Хамамото рассмеялся:
– Я тоже в эти басни не верю. Но в Европе в Средние века придумали массу нелепых историй. Фольклор у них такой.
– Жутковатая кукла, честно говоря… Зачем вы ее купили?
– Зачем?.. Может, потому такую купил, что куклы-обаяшки, каких делают французы, меня совсем не трогают.
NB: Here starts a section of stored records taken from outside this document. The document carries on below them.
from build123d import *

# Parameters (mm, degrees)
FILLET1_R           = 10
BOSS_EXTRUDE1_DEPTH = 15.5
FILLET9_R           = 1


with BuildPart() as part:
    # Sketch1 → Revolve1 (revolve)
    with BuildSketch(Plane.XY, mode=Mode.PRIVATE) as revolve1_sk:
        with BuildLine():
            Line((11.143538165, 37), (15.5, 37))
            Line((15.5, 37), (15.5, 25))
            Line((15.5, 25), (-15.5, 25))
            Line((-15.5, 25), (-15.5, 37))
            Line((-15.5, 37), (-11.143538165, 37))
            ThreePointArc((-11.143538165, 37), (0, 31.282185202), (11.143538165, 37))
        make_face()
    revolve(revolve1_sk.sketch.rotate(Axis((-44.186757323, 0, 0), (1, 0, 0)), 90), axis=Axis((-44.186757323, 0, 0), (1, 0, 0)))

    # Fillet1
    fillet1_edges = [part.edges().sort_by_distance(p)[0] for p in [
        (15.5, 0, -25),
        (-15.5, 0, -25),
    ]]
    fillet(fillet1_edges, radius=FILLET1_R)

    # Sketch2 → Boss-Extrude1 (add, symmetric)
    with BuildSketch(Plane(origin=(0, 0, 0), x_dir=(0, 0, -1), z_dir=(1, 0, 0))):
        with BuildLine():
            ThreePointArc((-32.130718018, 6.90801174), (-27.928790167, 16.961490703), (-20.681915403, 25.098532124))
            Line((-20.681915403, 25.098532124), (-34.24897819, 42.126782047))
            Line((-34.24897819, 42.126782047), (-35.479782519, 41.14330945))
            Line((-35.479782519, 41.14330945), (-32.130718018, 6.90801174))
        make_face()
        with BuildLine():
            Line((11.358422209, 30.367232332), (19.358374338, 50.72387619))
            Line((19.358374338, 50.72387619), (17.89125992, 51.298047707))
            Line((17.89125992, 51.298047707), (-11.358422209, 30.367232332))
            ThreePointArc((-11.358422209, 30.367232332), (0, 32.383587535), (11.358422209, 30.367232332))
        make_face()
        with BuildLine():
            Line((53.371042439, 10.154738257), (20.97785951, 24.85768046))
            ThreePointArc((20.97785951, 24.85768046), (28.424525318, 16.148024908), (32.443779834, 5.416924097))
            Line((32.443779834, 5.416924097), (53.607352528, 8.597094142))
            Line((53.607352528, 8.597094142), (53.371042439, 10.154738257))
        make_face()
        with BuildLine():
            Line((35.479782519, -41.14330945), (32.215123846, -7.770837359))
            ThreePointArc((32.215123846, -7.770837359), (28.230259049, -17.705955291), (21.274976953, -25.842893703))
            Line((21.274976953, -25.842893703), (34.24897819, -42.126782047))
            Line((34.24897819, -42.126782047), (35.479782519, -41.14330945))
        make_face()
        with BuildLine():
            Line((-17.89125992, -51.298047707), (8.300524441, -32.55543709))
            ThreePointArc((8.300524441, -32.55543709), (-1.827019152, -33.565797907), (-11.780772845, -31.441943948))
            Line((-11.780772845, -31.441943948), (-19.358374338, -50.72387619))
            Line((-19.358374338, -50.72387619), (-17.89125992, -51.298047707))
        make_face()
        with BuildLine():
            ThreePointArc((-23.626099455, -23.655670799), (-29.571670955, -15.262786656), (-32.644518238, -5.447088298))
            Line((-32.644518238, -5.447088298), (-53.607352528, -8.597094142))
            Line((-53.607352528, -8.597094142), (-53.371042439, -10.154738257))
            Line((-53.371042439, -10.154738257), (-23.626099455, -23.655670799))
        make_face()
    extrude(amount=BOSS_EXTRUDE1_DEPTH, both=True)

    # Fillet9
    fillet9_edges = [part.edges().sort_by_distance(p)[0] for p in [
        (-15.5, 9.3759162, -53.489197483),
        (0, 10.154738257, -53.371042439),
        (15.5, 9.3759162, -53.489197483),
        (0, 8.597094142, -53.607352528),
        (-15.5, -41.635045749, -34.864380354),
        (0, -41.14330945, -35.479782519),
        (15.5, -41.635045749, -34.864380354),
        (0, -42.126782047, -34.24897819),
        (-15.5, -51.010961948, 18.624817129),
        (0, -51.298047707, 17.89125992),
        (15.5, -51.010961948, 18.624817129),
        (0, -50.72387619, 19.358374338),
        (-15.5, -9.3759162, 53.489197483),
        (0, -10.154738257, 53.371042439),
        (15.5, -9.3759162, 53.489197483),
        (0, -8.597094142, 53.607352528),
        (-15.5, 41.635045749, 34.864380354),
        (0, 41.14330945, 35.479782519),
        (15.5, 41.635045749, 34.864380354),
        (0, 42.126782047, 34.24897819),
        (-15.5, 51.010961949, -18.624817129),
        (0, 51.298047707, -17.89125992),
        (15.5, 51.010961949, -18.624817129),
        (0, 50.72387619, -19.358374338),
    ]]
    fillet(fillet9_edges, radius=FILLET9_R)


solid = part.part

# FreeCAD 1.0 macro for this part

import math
import FreeCAD as App
import Part
import Sketcher
Q = App.Units.Quantity


def edges_at(feature, points):
    """Names of the edges that pass closest to the given points."""
    edges = feature.Shape.Edges
    near = lambda p: min(range(len(edges)), key=lambda i: edges[i].distToShape(Part.Vertex(*p))[0])
    return sorted({f"Edge{near(p) + 1}" for p in points})

doc = App.newDocument("Part")
params = doc.addObject("Spreadsheet::Sheet", "Params")
for row, (alias, value) in enumerate([
    ("sketch1_width", "31 mm"),
    ("sketch1_height", "12 mm"),
    ("revolution_angle", "360 deg"),
    ("fillet_radius", "10 mm"),
    ("sketch2_radius", "33 mm"),
    ("sketch2_radius2", "33 mm"),
    ("sketch2_radius3", "33 mm"),
    ("sketch2_radius4", "33 mm"),
    ("sketch2_radius5", "33 mm"),
    ("pad1_length", "31 mm"),
    ("fillet2_radius", "1 mm"),
], start=1):
    params.set(f"A{row}", alias)
    params.set(f"B{row}", "=" + value)
    params.setAlias(f"B{row}", alias)

body = doc.addObject("PartDesign::Body", "Body")

sketch1 = body.newObject("Sketcher::SketchObject", "Sketch")
sketch1.AttachmentSupport = (doc.getObject("XY_Plane"), [""])
sketch1.MapMode = "FlatFace"
sketch1.addGeometry([
    Part.LineSegment(App.Vector(15.5, 37, 0), App.Vector(11.1, 37, 0)),
    Part.ArcOfCircle(Part.Circle(App.Vector(0, 45, 0), App.Vector(0, 0, 1), 13.7), math.radians(-144), math.radians(-36)),
    Part.LineSegment(App.Vector(-11.1, 37, 0), App.Vector(-15.5, 37, 0)),
    Part.LineSegment(App.Vector(-15.5, 37, 0), App.Vector(-15.5, 25, 0)),
    Part.LineSegment(App.Vector(-15.5, 25, 0), App.Vector(15.5, 25, 0)),
    Part.LineSegment(App.Vector(15.5, 25, 0), App.Vector(15.5, 37, 0)),
], False)
sketch1.addConstraint([
    Sketcher.Constraint("Coincident", 0, 2, 1, 2),
    Sketcher.Constraint("Coincident", 1, 1, 2, 1),
    Sketcher.Constraint("Coincident", 2, 2, 3, 1),
    Sketcher.Constraint("Coincident", 3, 2, 4, 1),
    Sketcher.Constraint("Coincident", 4, 2, 5, 1),
    Sketcher.Constraint("Coincident", 5, 2, 0, 1),
    Sketcher.Constraint("Horizontal", 0),
    Sketcher.Constraint("Horizontal", 2),
    Sketcher.Constraint("Vertical", 3),
    Sketcher.Constraint("Horizontal", 4),
    Sketcher.Constraint("Vertical", 5),
    Sketcher.Constraint("Symmetric", 0, 2, 1, 1, -2),
    Sketcher.Constraint("Equal", 0, 2),
    Sketcher.Constraint("DistanceX", 4, 1, 4, 2, Q("31 mm")),
    Sketcher.Constraint("DistanceY", 3, 2, 3, 1, Q("12 mm")),
    Sketcher.Constraint("DistanceY", -1, 1, 1, 3, Q("45 mm")),
    Sketcher.Constraint("DistanceY", -1, 1, 0, 2, Q("37 mm")),
    Sketcher.Constraint("Radius", 1, Q("13.717815 mm")),
])
sketch1.setExpression("Constraints[13]", "Params.sketch1_width")
sketch1.setExpression("Constraints[14]", "Params.sketch1_height")
revolution = body.newObject("PartDesign::Revolution", "Revolution")
revolution.Profile = sketch1
revolution.ReferenceAxis = (sketch1, ["H_Axis"])
revolution.setExpression("Angle", "Params.revolution_angle")
doc.recompute()

fillet = body.newObject("PartDesign::Fillet", "Fillet")
fillet.Base = (revolution, edges_at(revolution, [(15.5, 0, -25), (-15.5, 0, -25)]))
fillet.setExpression("Radius", "Params.fillet_radius")

sketch2 = body.newObject("Sketcher::SketchObject", "Sketch001")
sketch2.AttachmentSupport = (doc.getObject("YZ_Plane"), [""])
sketch2.MapMode = "FlatFace"
sketch2.addGeometry([
    Part.ArcOfCircle(Part.Circle(App.Vector(-0.616412, 0, 0), App.Vector(0, 0, 1), 33), math.radians(38.808889), math.radians(76.819892)),
    Part.LineSegment(App.Vector(25.098532, 20.681915, 0), App.Vector(42.126782, 34.248978, 0)),
    Part.LineSegment(App.Vector(42.126782, 34.248978, 0), App.Vector(41.143309, 35.479783, 0)),
    Part.LineSegment(App.Vector(41.143309, 35.479783, 0), App.Vector(6.908012, 32.130718, 0)),
    Part.LineSegment(App.Vector(30.367232, -11.358422, 0), App.Vector(50.723876, -19.358374, 0)),
    Part.LineSegment(App.Vector(50.723876, -19.358374, 0), App.Vector(51.298048, -17.89126, 0)),
    Part.LineSegment(App.Vector(51.298048, -17.89126, 0), App.Vector(30.367232, 11.358422, 0)),
    Part.ArcOfCircle(Part.Circle(App.Vector(-0.616412, 0, 0), App.Vector(0, 0, 1), 33), math.radians(-20.13264), math.radians(20.13264)),
    Part.LineSegment(App.Vector(10.154738, -53.371042, 0), App.Vector(24.85768, -20.97786, 0)),
    Part.ArcOfCircle(Part.Circle(App.Vector(-0.616412, 0, 0), App.Vector(0, 0, 1), 33), math.radians(-79.465451), math.radians(-39.471381)),
    Part.LineSegment(App.Vector(5.416924, -32.44378, 0), App.Vector(8.597094, -53.607353, 0)),
    Part.LineSegment(App.Vector(8.597094, -53.607353, 0), App.Vector(10.154738, -53.371042, 0)),
    Part.LineSegment(App.Vector(-41.143309, -35.479783, 0), App.Vector(-7.770837, -32.215124, 0)),
    Part.ArcOfCircle(Part.Circle(App.Vector(-0.616412, 0, 0), App.Vector(0, 0, 1), 33), math.radians(-139.857093), math.radians(-102.521195)),
    Part.LineSegment(App.Vector(-25.842894, -21.274977, 0), App.Vector(-42.126782, -34.248978, 0)),
    Part.LineSegment(App.Vector(-42.126782, -34.248978, 0), App.Vector(-41.143309, -35.479783, 0)),
    Part.LineSegment(App.Vector(-51.298048, 17.89126, 0), App.Vector(-32.555437, -8.300524, 0)),
    Part.ArcOfCircle(Part.Circle(App.Vector(-0.616412, 0, 0), App.Vector(0, 0, 1), 33), math.radians(159.084353), math.radians(194.56813)),
    Part.LineSegment(App.Vector(-31.441944, 11.780773, 0), App.Vector(-50.723876, 19.358374, 0)),
    Part.LineSegment(App.Vector(-50.723876, 19.358374, 0), App.Vector(-51.298048, 17.89126, 0)),
    Part.ArcOfCircle(Part.Circle(App.Vector(-0.616412, 0, 0), App.Vector(0, 0, 1), 33), math.radians(98.417439), math.radians(134.279514)),
    Part.LineSegment(App.Vector(-5.447088, 32.644518, 0), App.Vector(-8.597094, 53.607353, 0)),
    Part.LineSegment(App.Vector(-8.597094, 53.607353, 0), App.Vector(-10.154738, 53.371042, 0)),
    Part.LineSegment(App.Vector(-10.154738, 53.371042, 0), App.Vector(-23.655671, 23.626099, 0)),
], False)
sketch2.addConstraint([
    Sketcher.Constraint("Coincident", 0, 1, 1, 1),
    Sketcher.Constraint("Coincident", 1, 2, 2, 1),
    Sketcher.Constraint("Coincident", 2, 2, 3, 1),
    Sketcher.Constraint("Coincident", 3, 2, 0, 2),
    Sketcher.Constraint("Coincident", 4, 2, 5, 1),
    Sketcher.Constraint("Coincident", 5, 2, 6, 1),
    Sketcher.Constraint("Coincident", 6, 2, 7, 2),
    Sketcher.Constraint("Coincident", 7, 1, 4, 1),
    Sketcher.Constraint("Coincident", 8, 2, 9, 2),
    Sketcher.Constraint("Coincident", 9, 1, 10, 1),
    Sketcher.Constraint("Coincident", 10, 2, 11, 1),
    Sketcher.Constraint("Coincident", 11, 2, 8, 1),
    Sketcher.Constraint("Coincident", 12, 2, 13, 2),
    Sketcher.Constraint("Coincident", 13, 1, 14, 1),
    Sketcher.Constraint("Coincident", 14, 2, 15, 1),
    Sketcher.Constraint("Coincident", 15, 2, 12, 1),
    Sketcher.Constraint("Coincident", 16, 2, 17, 2),
    Sketcher.Constraint("Coincident", 17, 1, 18, 1),
    Sketcher.Constraint("Coincident", 18, 2, 19, 1),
– Если уж говорить о странностях, то ваш особняк, я бы сказал, тоже довольно необычен. Позвольте поинтересоваться: лестницы, коридоры или, точнее, лестничные площадки на каждом этаже сделаны из металла? Даже перила и те металлические… И еще. В конце каждого коридора, а все они имеют форму буквы L, пол не примыкает к стене вплотную. Оставлены щели, отгороженные перилами. Зачем так устроено?
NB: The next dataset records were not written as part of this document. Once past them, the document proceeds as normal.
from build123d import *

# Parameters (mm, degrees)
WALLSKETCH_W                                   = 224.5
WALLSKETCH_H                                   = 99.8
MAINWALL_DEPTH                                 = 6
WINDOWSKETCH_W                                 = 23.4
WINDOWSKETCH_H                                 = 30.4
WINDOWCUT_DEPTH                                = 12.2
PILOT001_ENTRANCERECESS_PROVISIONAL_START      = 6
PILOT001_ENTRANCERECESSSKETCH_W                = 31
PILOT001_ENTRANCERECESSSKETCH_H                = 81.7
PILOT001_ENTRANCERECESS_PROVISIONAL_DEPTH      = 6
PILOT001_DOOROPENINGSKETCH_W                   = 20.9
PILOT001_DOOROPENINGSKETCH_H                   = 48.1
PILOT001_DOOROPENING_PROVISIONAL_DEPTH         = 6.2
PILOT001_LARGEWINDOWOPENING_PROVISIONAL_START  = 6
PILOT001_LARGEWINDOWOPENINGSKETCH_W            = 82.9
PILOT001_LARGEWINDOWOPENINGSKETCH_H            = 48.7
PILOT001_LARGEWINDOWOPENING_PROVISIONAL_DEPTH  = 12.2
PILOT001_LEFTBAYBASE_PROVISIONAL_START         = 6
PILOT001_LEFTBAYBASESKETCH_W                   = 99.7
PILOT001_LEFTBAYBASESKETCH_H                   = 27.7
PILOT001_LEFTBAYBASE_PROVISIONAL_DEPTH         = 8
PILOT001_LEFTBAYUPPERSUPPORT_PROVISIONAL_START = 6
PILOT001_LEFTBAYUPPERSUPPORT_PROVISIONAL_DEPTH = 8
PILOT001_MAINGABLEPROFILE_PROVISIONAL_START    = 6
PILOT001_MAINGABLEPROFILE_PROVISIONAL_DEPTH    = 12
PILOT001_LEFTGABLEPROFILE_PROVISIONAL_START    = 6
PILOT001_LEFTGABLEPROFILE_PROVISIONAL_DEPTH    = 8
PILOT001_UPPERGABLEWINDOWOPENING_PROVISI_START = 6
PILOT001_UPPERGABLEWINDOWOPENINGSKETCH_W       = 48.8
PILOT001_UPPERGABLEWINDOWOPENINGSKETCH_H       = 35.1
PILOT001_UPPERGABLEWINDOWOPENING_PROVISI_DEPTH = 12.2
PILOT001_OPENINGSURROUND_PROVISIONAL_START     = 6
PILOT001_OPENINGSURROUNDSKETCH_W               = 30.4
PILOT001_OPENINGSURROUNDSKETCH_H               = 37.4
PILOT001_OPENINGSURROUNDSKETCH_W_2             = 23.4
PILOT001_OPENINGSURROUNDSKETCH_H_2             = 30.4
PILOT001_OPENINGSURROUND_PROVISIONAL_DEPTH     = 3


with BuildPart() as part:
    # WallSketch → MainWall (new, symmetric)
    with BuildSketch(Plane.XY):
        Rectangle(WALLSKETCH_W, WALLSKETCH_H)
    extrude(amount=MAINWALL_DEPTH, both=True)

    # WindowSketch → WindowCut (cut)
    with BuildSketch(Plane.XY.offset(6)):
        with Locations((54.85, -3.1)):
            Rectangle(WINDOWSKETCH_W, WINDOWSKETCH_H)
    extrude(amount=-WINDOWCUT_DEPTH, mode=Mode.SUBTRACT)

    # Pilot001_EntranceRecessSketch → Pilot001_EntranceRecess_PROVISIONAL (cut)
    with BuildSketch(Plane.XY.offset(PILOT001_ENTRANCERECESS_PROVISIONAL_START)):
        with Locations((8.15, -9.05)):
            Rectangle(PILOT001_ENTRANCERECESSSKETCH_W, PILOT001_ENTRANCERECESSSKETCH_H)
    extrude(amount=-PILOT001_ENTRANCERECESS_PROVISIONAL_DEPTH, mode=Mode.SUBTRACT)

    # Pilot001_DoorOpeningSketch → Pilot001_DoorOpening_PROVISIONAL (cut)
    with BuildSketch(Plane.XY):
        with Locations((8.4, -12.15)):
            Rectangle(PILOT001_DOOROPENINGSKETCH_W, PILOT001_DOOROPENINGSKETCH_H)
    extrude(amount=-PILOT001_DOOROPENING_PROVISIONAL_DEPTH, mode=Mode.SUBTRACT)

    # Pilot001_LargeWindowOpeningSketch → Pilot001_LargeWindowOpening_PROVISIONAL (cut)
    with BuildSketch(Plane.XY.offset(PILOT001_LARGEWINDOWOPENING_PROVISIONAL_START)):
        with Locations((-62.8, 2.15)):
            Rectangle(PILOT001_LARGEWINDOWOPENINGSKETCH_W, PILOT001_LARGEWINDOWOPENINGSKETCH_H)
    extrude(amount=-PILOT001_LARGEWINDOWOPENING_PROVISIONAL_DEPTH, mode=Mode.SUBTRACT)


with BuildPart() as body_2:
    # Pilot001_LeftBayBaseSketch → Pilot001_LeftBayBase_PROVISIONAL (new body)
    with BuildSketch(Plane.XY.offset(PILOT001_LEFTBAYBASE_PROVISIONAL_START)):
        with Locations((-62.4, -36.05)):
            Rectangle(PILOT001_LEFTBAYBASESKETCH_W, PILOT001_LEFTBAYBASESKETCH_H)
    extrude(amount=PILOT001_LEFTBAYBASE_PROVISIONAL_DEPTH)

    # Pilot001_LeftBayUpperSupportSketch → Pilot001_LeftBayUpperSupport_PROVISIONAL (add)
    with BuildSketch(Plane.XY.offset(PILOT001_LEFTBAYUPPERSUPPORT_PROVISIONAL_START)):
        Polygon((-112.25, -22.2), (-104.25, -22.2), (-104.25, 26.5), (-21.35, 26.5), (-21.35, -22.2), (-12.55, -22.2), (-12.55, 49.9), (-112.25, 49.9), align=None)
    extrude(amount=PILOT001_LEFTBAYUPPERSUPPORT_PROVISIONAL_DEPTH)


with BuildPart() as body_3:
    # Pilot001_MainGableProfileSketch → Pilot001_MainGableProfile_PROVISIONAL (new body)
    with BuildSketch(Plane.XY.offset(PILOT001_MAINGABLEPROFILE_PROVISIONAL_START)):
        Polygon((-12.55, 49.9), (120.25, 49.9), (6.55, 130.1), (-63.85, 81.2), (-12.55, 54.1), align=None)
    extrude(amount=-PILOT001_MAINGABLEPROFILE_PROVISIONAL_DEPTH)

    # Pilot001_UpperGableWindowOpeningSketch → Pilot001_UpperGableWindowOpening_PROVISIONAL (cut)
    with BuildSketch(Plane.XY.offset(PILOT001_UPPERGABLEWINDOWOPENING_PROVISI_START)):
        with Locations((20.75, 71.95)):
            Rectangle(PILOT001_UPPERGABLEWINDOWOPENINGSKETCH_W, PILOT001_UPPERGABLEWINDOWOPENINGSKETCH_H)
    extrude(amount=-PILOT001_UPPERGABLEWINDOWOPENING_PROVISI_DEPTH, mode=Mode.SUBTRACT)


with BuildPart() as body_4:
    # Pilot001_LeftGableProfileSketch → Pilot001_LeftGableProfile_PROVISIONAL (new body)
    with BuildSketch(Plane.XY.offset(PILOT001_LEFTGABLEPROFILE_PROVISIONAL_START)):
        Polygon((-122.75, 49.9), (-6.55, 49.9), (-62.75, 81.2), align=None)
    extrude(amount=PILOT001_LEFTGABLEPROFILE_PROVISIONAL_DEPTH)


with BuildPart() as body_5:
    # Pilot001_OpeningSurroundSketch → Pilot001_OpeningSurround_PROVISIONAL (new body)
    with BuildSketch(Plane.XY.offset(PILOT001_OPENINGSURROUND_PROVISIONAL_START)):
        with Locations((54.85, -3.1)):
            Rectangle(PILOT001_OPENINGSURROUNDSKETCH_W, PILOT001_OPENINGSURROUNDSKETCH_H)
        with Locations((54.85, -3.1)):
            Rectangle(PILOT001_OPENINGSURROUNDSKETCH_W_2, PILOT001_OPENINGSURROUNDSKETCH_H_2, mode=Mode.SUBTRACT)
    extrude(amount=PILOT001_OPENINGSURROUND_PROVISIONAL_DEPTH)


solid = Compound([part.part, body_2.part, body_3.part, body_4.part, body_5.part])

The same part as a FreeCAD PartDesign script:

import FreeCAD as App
import Part
import Sketcher


def add_polygon(sketch, points):
    """Adds a closed chain of lines whose ends are joined by coincident constraints."""
    first, n = sketch.GeometryCount, len(points)
    for a, b in zip(points, points[1:] + points[:1]):
        sketch.addGeometry(Part.LineSegment(App.Vector(*a, 0), App.Vector(*b, 0)), False)
    for i in range(n):
        sketch.addConstraint(Sketcher.Constraint("Coincident", first + i, 2, first + (i + 1) % n, 1))

doc = App.newDocument("Part")
body = doc.addObject("PartDesign::Body", "Body")

sketch1 = body.newObject("Sketcher::SketchObject", "Sketch")
sketch1.AttachmentSupport = (doc.getObject("XY_Plane"), [""])
sketch1.MapMode = "FlatFace"
add_polygon(sketch1, [(-112, 50), (-112, -50), (112, -50), (112, 50)])
sketch1.addConstraint(Sketcher.Constraint("Vertical", 0))
sketch1.addConstraint(Sketcher.Constraint("Horizontal", 1))
sketch1.addConstraint(Sketcher.Constraint("Vertical", 2))
sketch1.addConstraint(Sketcher.Constraint("Horizontal", 3))
sketch1.addConstraint(Sketcher.Constraint("Symmetric", 0, 2, 2, 2, -1, 1))
sketch1.addConstraint(Sketcher.Constraint("DistanceX", 1, 1, 1, 2, 224.5))
sketch1.addConstraint(Sketcher.Constraint("DistanceY", 0, 2, 0, 1, 99.8))
pad1 = body.newObject("PartDesign::Pad", "Pad")
pad1.Profile = sketch1
pad1.Length = 12
pad1.Midplane = True

sketch2 = body.newObject("Sketcher::SketchObject", "Sketch001")
sketch2.AttachmentSupport = (doc.getObject("XY_Plane"), [""])
sketch2.MapMode = "FlatFace"
sketch2.AttachmentOffset = App.Placement(App.Vector(0, 0, 6), App.Rotation())
add_polygon(sketch2, [(43, 12), (43, -18), (67, -18), (67, 12)])
sketch2.addConstraint(Sketcher.Constraint("Vertical", 0))
sketch2.addConstraint(Sketcher.Constraint("Horizontal", 1))
sketch2.addConstraint(Sketcher.Constraint("Vertical", 2))
sketch2.addConstraint(Sketcher.Constraint("Horizontal", 3))
sketch2.addConstraint(Sketcher.Constraint("DistanceX", 1, 1, 1, 2, 23.4))
sketch2.addConstraint(Sketcher.Constraint("DistanceY", 0, 2, 0, 1, 30.4))
sketch2.addConstraint(Sketcher.Constraint("DistanceY", 0, 2, -1, 1, 18.3))
sketch2.addConstraint(Sketcher.Constraint("DistanceX", -1, 1, 0, 2, 43.15))
pocket1 = body.newObject("PartDesign::Pocket", "Pocket")
pocket1.Profile = sketch2
pocket1.Length = 12.2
– Эти щели получились по ошибке. Здесь работал молодой архитектор. Он заказал металлоконструкции, их доставили, но не того размера. Архитектор сказал, что все переделает, исправит, но я распорядился, чтобы оставили как есть. Мне так больше нравится. Будто не коридоры, а висящие в воздухе галереи. Но перила все-таки попросил поставить. Лестницы и переходы в доме металлические. Мне вообще нравится такое мрачное свободное пространство с запутанными переходами и перилами, крутыми лестницами, на которых как бы выступает ржавчина. Это можно объяснить тем, что, когда я учился в университете, мне очень нравились гравюры на меди итальянского художника Джованни Баттисты Пиранези. От него осталось много мрачных гравюр с изображением тюрем. Он был мастер изображать эти сооружения. Высоченные потолки во много этажей, темные металлические лестницы, башни, воздушные переходы, ну и, конечно, подвесные мосты… Вот что мы видим на его гравюрах. Мне хотелось, чтобы мое жилище имело именно такой облик. Я даже думал назвать его «Дом Пиранези».
– Ого! – проговорил Усикоси, но Кодзабуро даже не заметил этого. Он был слишком увлечен своим рассказом.
* * *
Настала очередь прислуги. Оказалось, что Харуо Кадзивара, кроме кулинарии и телевизора, больше ничем не интересуется. С Уэдой он ни разу не разговаривал, прошлой ночью ничего подозрительного не видел.
Тикако Хаякава сказала то же самое, а вот ее муж произвел несколько иное впечатление. Ему было около пятидесяти, но для этого возраста он был на удивление робок и выглядел намного старше своих лет.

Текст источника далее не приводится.